| Your instructions |
Across all the lines of the following material, count those that include the word "revolve" and give only the result.

| Dataset content |
•••

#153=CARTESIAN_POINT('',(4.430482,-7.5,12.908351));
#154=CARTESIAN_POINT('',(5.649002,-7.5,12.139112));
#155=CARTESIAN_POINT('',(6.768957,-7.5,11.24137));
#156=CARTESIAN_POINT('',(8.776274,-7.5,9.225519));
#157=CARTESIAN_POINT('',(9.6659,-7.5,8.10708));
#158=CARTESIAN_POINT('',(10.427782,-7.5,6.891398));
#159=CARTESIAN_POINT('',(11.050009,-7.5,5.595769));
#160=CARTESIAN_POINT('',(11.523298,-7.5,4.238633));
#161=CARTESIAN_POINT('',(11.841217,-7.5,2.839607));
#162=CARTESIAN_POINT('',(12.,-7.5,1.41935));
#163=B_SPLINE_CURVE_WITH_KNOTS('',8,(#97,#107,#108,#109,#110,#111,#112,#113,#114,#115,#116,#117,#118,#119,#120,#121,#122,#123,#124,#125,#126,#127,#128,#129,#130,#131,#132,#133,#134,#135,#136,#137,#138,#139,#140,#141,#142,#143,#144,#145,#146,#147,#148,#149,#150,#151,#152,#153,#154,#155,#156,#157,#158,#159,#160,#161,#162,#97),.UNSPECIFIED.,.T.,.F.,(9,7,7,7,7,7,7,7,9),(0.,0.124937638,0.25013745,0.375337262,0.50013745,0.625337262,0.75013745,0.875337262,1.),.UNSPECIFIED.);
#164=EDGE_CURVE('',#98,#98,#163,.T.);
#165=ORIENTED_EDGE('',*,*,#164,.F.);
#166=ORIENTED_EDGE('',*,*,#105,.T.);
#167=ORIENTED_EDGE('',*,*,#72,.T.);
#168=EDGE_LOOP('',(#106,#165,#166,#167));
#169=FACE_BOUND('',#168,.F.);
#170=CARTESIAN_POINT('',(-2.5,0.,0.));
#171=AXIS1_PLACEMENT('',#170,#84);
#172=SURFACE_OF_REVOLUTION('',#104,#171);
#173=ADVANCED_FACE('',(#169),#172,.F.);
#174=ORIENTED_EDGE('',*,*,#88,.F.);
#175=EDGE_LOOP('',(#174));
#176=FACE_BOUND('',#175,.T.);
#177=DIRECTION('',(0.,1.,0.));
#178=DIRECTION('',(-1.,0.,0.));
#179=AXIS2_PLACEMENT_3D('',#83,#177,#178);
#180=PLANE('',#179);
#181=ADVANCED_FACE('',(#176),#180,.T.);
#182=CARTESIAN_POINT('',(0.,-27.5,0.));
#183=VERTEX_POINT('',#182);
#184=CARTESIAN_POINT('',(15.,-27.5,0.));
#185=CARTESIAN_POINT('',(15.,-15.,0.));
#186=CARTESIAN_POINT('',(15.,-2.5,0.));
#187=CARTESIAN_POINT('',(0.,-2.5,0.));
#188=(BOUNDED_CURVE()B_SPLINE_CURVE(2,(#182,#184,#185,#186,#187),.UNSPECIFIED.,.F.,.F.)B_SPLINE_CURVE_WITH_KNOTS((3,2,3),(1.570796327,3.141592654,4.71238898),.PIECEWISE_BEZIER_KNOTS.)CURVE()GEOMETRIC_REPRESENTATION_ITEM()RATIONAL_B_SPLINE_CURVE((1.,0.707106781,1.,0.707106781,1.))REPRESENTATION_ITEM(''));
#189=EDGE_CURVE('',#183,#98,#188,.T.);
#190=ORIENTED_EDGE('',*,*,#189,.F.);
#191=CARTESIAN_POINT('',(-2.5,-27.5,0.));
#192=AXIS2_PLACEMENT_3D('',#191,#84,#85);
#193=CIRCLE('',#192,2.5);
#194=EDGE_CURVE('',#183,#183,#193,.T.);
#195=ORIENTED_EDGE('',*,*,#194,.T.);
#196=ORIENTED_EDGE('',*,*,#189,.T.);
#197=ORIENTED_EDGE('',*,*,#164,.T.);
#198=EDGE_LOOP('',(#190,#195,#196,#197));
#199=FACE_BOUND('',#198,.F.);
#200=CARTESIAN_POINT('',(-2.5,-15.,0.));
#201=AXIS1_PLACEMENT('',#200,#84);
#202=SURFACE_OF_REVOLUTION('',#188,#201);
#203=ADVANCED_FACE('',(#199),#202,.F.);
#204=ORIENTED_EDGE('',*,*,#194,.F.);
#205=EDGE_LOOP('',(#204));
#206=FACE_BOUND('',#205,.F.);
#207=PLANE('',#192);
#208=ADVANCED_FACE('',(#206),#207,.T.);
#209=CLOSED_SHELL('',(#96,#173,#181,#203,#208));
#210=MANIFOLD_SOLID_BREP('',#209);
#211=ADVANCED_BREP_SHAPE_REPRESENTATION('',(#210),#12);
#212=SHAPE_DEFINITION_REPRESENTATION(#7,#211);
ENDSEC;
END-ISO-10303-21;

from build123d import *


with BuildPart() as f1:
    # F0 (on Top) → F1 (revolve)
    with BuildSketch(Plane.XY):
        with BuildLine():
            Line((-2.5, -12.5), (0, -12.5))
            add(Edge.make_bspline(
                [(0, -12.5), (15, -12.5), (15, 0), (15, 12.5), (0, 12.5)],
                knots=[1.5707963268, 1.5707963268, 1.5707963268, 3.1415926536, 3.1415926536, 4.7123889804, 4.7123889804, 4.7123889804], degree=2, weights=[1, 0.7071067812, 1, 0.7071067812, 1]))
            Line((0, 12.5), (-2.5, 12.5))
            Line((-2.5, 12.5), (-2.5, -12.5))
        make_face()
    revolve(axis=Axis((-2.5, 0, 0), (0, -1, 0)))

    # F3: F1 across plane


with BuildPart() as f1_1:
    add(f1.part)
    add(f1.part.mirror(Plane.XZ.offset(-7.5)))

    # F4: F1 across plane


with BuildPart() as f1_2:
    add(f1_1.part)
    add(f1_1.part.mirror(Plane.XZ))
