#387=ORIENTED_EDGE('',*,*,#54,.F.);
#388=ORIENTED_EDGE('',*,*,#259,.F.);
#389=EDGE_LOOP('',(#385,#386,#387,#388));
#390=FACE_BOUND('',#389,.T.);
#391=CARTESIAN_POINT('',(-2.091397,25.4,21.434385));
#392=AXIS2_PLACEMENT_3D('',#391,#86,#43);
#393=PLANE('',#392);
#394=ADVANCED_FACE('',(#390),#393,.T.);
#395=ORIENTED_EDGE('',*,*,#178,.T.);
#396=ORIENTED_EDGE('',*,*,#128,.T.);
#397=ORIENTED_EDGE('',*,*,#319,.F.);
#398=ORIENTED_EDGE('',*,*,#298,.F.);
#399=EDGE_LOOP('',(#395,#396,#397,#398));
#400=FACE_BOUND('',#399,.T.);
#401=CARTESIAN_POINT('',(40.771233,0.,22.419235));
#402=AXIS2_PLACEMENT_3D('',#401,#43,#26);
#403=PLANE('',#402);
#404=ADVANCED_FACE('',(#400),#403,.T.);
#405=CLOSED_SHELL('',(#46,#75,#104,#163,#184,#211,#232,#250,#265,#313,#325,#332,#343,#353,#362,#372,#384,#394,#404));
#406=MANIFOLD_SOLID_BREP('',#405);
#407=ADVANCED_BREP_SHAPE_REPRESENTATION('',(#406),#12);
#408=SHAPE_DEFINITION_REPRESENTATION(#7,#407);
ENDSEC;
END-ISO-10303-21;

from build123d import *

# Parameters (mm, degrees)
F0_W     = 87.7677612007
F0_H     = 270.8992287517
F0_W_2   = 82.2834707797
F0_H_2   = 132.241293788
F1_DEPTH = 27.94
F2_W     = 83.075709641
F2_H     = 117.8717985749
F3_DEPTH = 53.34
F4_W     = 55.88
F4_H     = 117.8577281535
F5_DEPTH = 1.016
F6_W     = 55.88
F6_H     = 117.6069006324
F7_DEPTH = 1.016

•••

| Output for this task |
2